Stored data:
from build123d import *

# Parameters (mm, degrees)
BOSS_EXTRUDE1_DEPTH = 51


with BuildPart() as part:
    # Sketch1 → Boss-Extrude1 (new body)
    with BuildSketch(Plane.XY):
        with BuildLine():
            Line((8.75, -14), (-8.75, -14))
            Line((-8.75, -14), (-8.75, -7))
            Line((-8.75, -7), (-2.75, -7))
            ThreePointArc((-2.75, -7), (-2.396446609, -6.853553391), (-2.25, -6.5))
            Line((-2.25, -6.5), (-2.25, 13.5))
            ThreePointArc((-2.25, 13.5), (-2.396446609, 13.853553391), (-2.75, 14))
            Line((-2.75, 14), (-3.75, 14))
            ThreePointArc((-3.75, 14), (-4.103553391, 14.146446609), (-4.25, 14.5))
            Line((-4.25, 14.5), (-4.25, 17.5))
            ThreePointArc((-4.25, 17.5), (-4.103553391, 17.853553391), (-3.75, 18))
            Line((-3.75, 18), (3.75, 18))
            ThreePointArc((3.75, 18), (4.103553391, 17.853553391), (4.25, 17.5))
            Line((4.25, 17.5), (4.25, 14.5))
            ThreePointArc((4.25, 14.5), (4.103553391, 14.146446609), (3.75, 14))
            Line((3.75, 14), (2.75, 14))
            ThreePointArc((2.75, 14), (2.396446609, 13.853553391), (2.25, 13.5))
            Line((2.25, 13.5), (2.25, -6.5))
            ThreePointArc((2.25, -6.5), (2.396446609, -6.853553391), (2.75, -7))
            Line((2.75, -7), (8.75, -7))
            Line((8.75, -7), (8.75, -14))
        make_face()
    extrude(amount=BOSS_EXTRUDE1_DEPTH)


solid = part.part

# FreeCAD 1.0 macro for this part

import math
import FreeCAD as App
import Part
import Sketcher
from FreeCAD import Vector
Q = App.Units.Quantity

doc = App.newDocument("Part")
body = doc.addObject("PartDesign::Body", "Body")

sketch1 = body.newObject("Sketcher::SketchObject", "Sketch")
sketch1.AttachmentSupport = (doc.getObject("XY_Plane"), [""])
sketch1.MapMode = "FlatFace"
sketch1.addGeometry([
    Part.LineSegment(Vector(-8.75, -14, 0), Vector(8.75, -14, 0)),
    Part.LineSegment(Vector(8.75, -14, 0), Vector(8.75, -7, 0)),
    Part.LineSegment(Vector(8.75, -7, 0), Vector(2.75, -7, 0)),
    Part.ArcOfCircle(Part.Circle(Vector(2.75, -6.5, 0), Vector(0, 0, 1), 0.5), math.radians(180), math.radians(270)),
    Part.LineSegment(Vector(2.25, -6.5, 0), Vector(2.25, 13.5, 0)),
    Part.ArcOfCircle(Part.Circle(Vector(2.75, 13.5, 0), Vector(0, 0, 1), 0.5), math.radians(90), math.radians(180)),
    Part.LineSegment(Vector(2.75, 14, 0), Vector(3.75, 14, 0)),
    Part.ArcOfCircle(Part.Circle(Vector(3.75, 14.5, 0), Vector(0, 0, 1), 0.5), math.radians(-90), math.radians(0)),
    Part.LineSegment(Vector(4.25, 14.5, 0), Vector(4.25, 17.5, 0)),
    Part.ArcOfCircle(Part.Circle(Vector(3.75, 17.5, 0), Vector(0, 0, 1), 0.5), math.radians(0), math.radians(90)),
    Part.LineSegment(Vector(3.75, 18, 0), Vector(-3.75, 18, 0)),
    Part.ArcOfCircle(Part.Circle(Vector(-3.75, 17.5, 0), Vector(0, 0, 1), 0.5), math.radians(90), math.radians(180)),
    Part.LineSegment(Vector(-4.25, 17.5, 0), Vector(-4.25, 14.5, 0)),
    Part.ArcOfCircle(Part.Circle(Vector(-3.75, 14.5, 0), Vector(0, 0, 1), 0.5), math.radians(180), math.radians(270)),
    Part.LineSegment(Vector(-3.75, 14, 0), Vector(-2.75, 14, 0)),
    Part.ArcOfCircle(Part.Circle(Vector(-2.75, 13.5, 0), Vector(0, 0, 1), 0.5), math.radians(0), math.radians(90)),
    Part.LineSegment(Vector(-2.25, 13.5, 0), Vector(-2.25, -6.5, 0)),
    Part.ArcOfCircle(Part.Circle(Vector(-2.75, -6.5, 0), Vector(0, 0, 1), 0.5), math.radians(-90), math.radians(0)),
    Part.LineSegment(Vector(-2.75, -7, 0), Vector(-8.75, -7, 0)),
    Part.LineSegment(Vector(-8.75, -7, 0), Vector(-8.75, -14, 0)),
], False)
sketch1.addConstraint([
    Sketcher.Constraint("Coincident", 0, 2, 1, 1),
    Sketcher.Constraint("Coincident", 1, 2, 2, 1),
    Sketcher.Constraint("Tangent", 2, 2, 3, 2),
    Sketcher.Constraint("Tangent", 3, 1, 4, 1),
    Sketcher.Constraint("Tangent", 4, 2, 5, 2),
    Sketcher.Constraint("Tangent", 5, 1, 6, 1),
    Sketcher.Constraint("Tangent", 6, 2, 7, 1),
    Sketcher.Constraint("Tangent", 7, 2, 8, 1),
    Sketcher.Constraint("Tangent", 8, 2, 9, 1),
    Sketcher.Constraint("Tangent", 9, 2, 10, 1),
    Sketcher.Constraint("Tangent", 10, 2, 11, 1),
    Sketcher.Constraint("Tangent", 11, 2, 12, 1),
    Sketcher.Constraint("Tangent", 12, 2, 13, 1),
    Sketcher.Constraint("Tangent", 13, 2, 14, 1),
    Sketcher.Constraint("Tangent", 14, 2, 15, 2),
    Sketcher.Constraint("Tangent", 15, 1, 16, 1),
    Sketcher.Constraint("Tangent", 16, 2, 17, 2),
    Sketcher.Constraint("Tangent", 17, 1, 18, 1),
    Sketcher.Constraint("Coincident", 18, 2, 19, 1),
    Sketcher.Constraint("Coincident", 19, 2, 0, 1),
    Sketcher.Constraint("Horizontal", 0),
    Sketcher.Constraint("Vertical", 1),
    Sketcher.Constraint("Horizontal", 2),
    Sketcher.Constraint("Vertical", 4),
    Sketcher.Constraint("Horizontal", 6),
    Sketcher.Constraint("Vertical", 8),
    Sketcher.Constraint("Horizontal", 10),
    Sketcher.Constraint("Vertical", 12),
    Sketcher.Constraint("Horizontal", 14),
    Sketcher.Constraint("Vertical", 16),
    Sketcher.Constraint("Horizontal", 18),
    Sketcher.Constraint("Vertical", 19),
    Sketcher.Constraint("Equal", 3, 5),
    Sketcher.Constraint("Equal", 5, 7),
    Sketcher.Constraint("Equal", 7, 9),
    Sketcher.Constraint("Equal", 9, 11),
    Sketcher.Constraint("Equal", 11, 13),
    Sketcher.Constraint("Equal", 13, 15),
    Sketcher.Constraint("Equal", 15, 17),
    Sketcher.Constraint("Symmetric", 7, 3, 13, 3, -2),
    Sketcher.Constraint("Symmetric", 3, 3, 17, 3, -2),
    Sketcher.Constraint("Equal", 2, 18),
    Sketcher.Constraint("Radius", 3, Q("0.5 mm")),
    Sketcher.Constraint("DistanceX", 2, 2, 2, 1, Q("6 mm")),
    Sketcher.Constraint("DistanceX", 6, 1, 6, 2, Q("1 mm")),
    Sketcher.Constraint("DistanceY", 1, 1, 1, 2, Q("7 mm")),
    Sketcher.Constraint("DistanceY", 4, 1, 4, 2, Q("20 mm")),
    Sketcher.Constraint("DistanceY", 8, 1, 8, 2, Q("3 mm")),
    Sketcher.Constraint("DistanceX", 0, 1, 0, 2, Q("17.5 mm")),
    Sketcher.Constraint("DistanceY", 0, 2, -1, 1, Q("14 mm")),
])
pad1 = body.newObject("PartDesign::Pad", "Pad")
pad1.Profile = sketch1
pad1.Length = 51

doc.recompute()
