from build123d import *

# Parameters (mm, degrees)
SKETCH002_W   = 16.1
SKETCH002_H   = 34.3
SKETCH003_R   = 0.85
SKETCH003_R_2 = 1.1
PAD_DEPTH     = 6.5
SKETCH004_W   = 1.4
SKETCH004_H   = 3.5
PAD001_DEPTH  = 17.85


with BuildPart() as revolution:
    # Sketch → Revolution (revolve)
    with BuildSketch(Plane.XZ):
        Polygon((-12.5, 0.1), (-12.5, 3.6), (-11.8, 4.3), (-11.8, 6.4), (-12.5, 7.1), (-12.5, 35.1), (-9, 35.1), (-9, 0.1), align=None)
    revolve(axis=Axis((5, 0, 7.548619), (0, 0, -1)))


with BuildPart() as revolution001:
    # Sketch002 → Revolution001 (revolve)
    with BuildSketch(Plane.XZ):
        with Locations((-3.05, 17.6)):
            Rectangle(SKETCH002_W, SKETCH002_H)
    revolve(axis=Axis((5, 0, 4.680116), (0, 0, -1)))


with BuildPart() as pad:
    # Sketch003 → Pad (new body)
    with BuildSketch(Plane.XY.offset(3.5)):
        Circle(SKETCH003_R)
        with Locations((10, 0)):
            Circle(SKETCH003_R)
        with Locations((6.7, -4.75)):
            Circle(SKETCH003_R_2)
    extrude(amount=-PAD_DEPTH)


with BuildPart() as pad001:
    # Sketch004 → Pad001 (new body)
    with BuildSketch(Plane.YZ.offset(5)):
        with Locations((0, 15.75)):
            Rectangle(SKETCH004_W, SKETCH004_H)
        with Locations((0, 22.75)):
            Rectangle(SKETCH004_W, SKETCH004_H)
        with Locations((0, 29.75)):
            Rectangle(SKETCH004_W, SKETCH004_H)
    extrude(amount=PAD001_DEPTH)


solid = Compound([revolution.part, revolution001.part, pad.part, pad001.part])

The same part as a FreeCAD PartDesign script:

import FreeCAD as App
import Part
import Sketcher

V = App.Vector


def add_polygon(sketch, points):
    """Adds a closed chain of lines whose ends are joined by coincident constraints."""
    first, n = sketch.GeometryCount, len(points)
    for a, b in zip(points, points[1:] + points[:1]):
        sketch.addGeometry(Part.LineSegment(App.Vector(*a, 0), App.Vector(*b, 0)), False)
    for i in range(n):
        sketch.addConstraint(Sketcher.Constraint("Coincident", first + i, 2, first + (i + 1) % n, 1))

doc = App.newDocument("Part")
params = doc.addObject("Spreadsheet::Sheet", "Params")
for row, (alias, value) in enumerate([
    ("sketch1_height", "35 mm"),
    ("sketch1_height2", "28 mm"),
    ("sketch1_width", "3.5 mm"),
    ("sketch1_height3", "2.1 mm"),
    ("revolution_angle", "360 deg"),
    ("sketch2_width", "16.1 mm"),
    ("sketch2_height", "34.3 mm"),
    ("revolution2_angle", "360 deg"),
    ("sketch3_diameter", "1.7 mm"),
    ("sketch3_diameter2", "2.2 mm"),
    ("pad1_length", "6.5 mm"),
    ("sketch4_width", "1.4 mm"),
    ("sketch4_height", "3.5 mm"),
    ("pad2_length", "17.85 mm"),
], start=1):
    params.set(f"A{row}", alias)
    params.set(f"B{row}", "=" + value)
    params.setAlias(f"B{row}", alias)

body = doc.addObject("PartDesign::Body", "Body")

sketch1 = doc.addObject("Sketcher::SketchObject", "Sketch")
body.addObject(sketch1)
sketch1.AttachmentSupport = (doc.XZ_Plane, [""])
sketch1.MapMode = "FlatFace"
add_polygon(sketch1, [(-12.5, 3.6), (-12.5, 0.1), (-9, 0.1), (-9, 35.1), (-12.5, 35.1), (-12.5, 7.1), (-11.8, 6.4), (-11.8, 4.3)])
sketch1.addGeometry(Part.LineSegment(V(5, 35.1, 0), V(5, 0.1, 0)), True)
sketch1.addConstraint([
    Sketcher.Constraint("Vertical", 0),
    Sketcher.Constraint("Horizontal", 1),
    Sketcher.Constraint("Vertical", 2),
    Sketcher.Constraint("Horizontal", 3),
    Sketcher.Constraint("Vertical", 4),
    Sketcher.Constraint("Vertical", 6),
    Sketcher.Constraint("Vertical", 8),
    Sketcher.Constraint("Perpendicular", 5, 7),
    Sketcher.Constraint("Horizontal", 3, 2, 8, 1),
    Sketcher.Constraint("Horizontal", 1, 2, 8, 2),
    Sketcher.Constraint("Vertical", 0, 2, 3, 2),
    Sketcher.Constraint("Equal", 3, 0),
    Sketcher.Constraint("Equal", 5, 7),
    Sketcher.Constraint("DistanceY", 2, 1, 2, 2, 35.0),
    Sketcher.Constraint("DistanceY", 4, 2, 4, 1, 28.0),
    Sketcher.Constraint("DistanceX", 1, 1, 1, 2, 3.5),
    Sketcher.Constraint("DistanceY", 6, 2, 6, 1, 2.1),
    Sketcher.Constraint("DistanceX", 1, 2, -1, 1, 9.0),
    Sketcher.Constraint("DistanceX", -1, 1, 8, 1, 5.0),
    Sketcher.Constraint("DistanceY", -1, 1, 0, 2, 0.1),
])
sketch1.setExpression("Constraints[21]", "Params.sketch1_height")
sketch1.setExpression("Constraints[22]", "Params.sketch1_height2")
sketch1.setExpression("Constraints[23]", "Params.sketch1_width")
sketch1.setExpression("Constraints[24]", "Params.sketch1_height3")
revolution = doc.addObject("PartDesign::Revolution", "Revolution")
body.addObject(revolution)
revolution.Profile = sketch1
revolution.ReferenceAxis = (sketch1, ["Axis0"])
revolution.setExpression("Angle", "Params.revolution_angle")
body2 = doc.addObject("PartDesign::Body", "Body001")

sketch2 = doc.addObject("Sketcher::SketchObject", "Sketch001")
body2.addObject(sketch2)
sketch2.AttachmentSupport = (doc.getObject("XZ_Plane001"), [""])
sketch2.MapMode = "FlatFace"
add_polygon(sketch2, [(-11, 35), (-11, 0), (5, 0), (5, 35)])
sketch2.addGeometry(Part.LineSegment(V(5, 35, 0), V(5, 0, 0)), True)
sketch2.addConstraint([
    Sketcher.Constraint("Vertical", 0),
    Sketcher.Constraint("Horizontal", 1),
    Sketcher.Constraint("Vertical", 2),
    Sketcher.Constraint("Horizontal", 3),
    Sketcher.Constraint("Vertical", 4),
    Sketcher.Constraint("Coincident", 4, 1, 2, 2),
    Sketcher.Constraint("Horizontal", 0, 2, 4, 2),
    Sketcher.Constraint("DistanceX", 1, 1, 1, 2, 16.1),
    Sketcher.Constraint("DistanceY", 0, 2, 0, 1, 34.3),
    Sketcher.Constraint("DistanceX", -1, 1, 1, 2, 5.0),
    Sketcher.Constraint("DistanceY", -1, 1, 0, 2, 0.45),
])
sketch2.setExpression("Constraints[11]", "Params.sketch2_width")
sketch2.setExpression("Constraints[12]", "Params.sketch2_height")
revolution2 = doc.addObject("PartDesign::Revolution", "Revolution001")
body2.addObject(revolution2)
revolution2.Profile = sketch2
revolution2.ReferenceAxis = (sketch2, ["Axis0"])
revolution2.setExpression("Angle", "Params.revolution2_angle")
body3 = doc.addObject("PartDesign::Body", "Body002")
body3.AllowCompound = True

sketch3 = doc.addObject("Sketcher::SketchObject", "Sketch002")
body3.addObject(sketch3)
sketch3.AttachmentSupport = (doc.getObject("XY_Plane002"), [""])
sketch3.MapMode = "FlatFace"
sketch3.AttachmentOffset = App.Placement(V(0, 0, 3.5), App.Rotation())
sketch3.addGeometry([
    Part.Circle(V(0, 0, 0), V(0, 0, 1), 0.8),
    Part.Circle(V(10, 0, 0), V(0, 0, 1), 0.8),
    Part.Circle(V(6.7, -4.8, 0), V(0, 0, 1), 1.1),
], False)
sketch3.addConstraint([
    Sketcher.Constraint("Coincident", 0, 3, -1, 1),
    Sketcher.Constraint("Equal", 0, 1),
    Sketcher.Constraint("PointOnObject", 1, 3, -1),
    Sketcher.Constraint("Diameter", 0, 1.7),
    Sketcher.Constraint("Diameter", 2, 2.2),
    Sketcher.Constraint("DistanceX", -1, 1, 1, 3, 10.0),
    Sketcher.Constraint("DistanceX", -1, 1, 2, 3, 6.7),
    Sketcher.Constraint("DistanceY", 2, 3, -1, 1, 4.75),
])
sketch3.setExpression("Constraints[3]", "Params.sketch3_diameter")
sketch3.setExpression("Constraints[4]", "Params.sketch3_diameter2")
pad1 = doc.addObject("PartDesign::Pad", "Pad")
body3.addObject(pad1)
pad1.Profile = sketch3
pad1.setExpression("Length", "Params.pad1_length")
pad1.Reversed = True
body4 = doc.addObject("PartDesign::Body", "Body003")
body4.AllowCompound = True

sketch4 = doc.addObject("Sketcher::SketchObject", "Sketch003")
body4.addObject(sketch4)
sketch4.AttachmentSupport = (doc.getObject("YZ_Plane003"), [""])
sketch4.MapMode = "FlatFace"
sketch4.AttachmentOffset = App.Placement(V(0, 0, 5), App.Rotation())
add_polygon(sketch4, [(-0.7, 17.5), (-0.7, 14), (0.7, 14), (0.7, 17.5)])
add_polygon(sketch4, [(-0.7, 24.5), (-0.7, 21), (0.7, 21), (0.7, 24.5)])
add_polygon(sketch4, [(-0.7, 31.5), (-0.7, 28), (0.7, 28), (0.7, 31.5)])
sketch4.addConstraint([
    Sketcher.Constraint("Vertical", 0),
    Sketcher.Constraint("Horizontal", 1),
    Sketcher.Constraint("Vertical", 2),
    Sketcher.Constraint("Horizontal", 3),
    Sketcher.Constraint("Vertical", 4),
    Sketcher.Constraint("Horizontal", 5),
    Sketcher.Constraint("Vertical", 6),
    Sketcher.Constraint("Horizontal", 7),
    Sketcher.Constraint("Vertical", 8),
    Sketcher.Constraint("Horizontal", 9),
    Sketcher.Constraint("Vertical", 10),
    Sketcher.Constraint("Horizontal", 11),
    Sketcher.Constraint("Vertical", 3, 2, 4, 2),
    Sketcher.Constraint("Vertical", 2, 2, 5, 2),
    Sketcher.Constraint("Vertical", 7, 2, 8, 2),
    Sketcher.Constraint("Vertical", 6, 2, 9, 2),
    Sketcher.Constraint("Equal", 2, 4),
    Sketcher.Constraint("Equal", 6, 8),
    Sketcher.Constraint("DistanceX", 1, 1, 1, 2, 1.4),
    Sketcher.Constraint("DistanceY", 0, 2, 0, 1, 3.5),
    Sketcher.Constraint("DistanceY", -1, 1, 0, 2, 14.0),
    Sketcher.Constraint("DistanceY", -1, 1, 4, 2, 21.0),
    Sketcher.Constraint("DistanceY", -1, 1, 8, 2, 28.0),
    Sketcher.Constraint("DistanceX", 0, 2, -1, 1, 0.7),
])
sketch4.setExpression("Constraints[30]", "Params.sketch4_width")
sketch4.setExpression("Constraints[31]", "Params.sketch4_height")
pad2 = doc.addObject("PartDesign::Pad", "Pad001")
body4.addObject(pad2)
pad2.Profile = sketch4
pad2.setExpression("Length", "Params.pad2_length")

doc.recompute()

▶ **What you will do**: Every line above that includes the string "Locations" needs to be copied.

▶ **Reply to the task**:
        with Locations((-3.05, 17.6)):
        with Locations((10, 0)):
        with Locations((6.7, -4.75)):
        with Locations((0, 15.75)):
        with Locations((0, 22.75)):
        with Locations((0, 29.75)):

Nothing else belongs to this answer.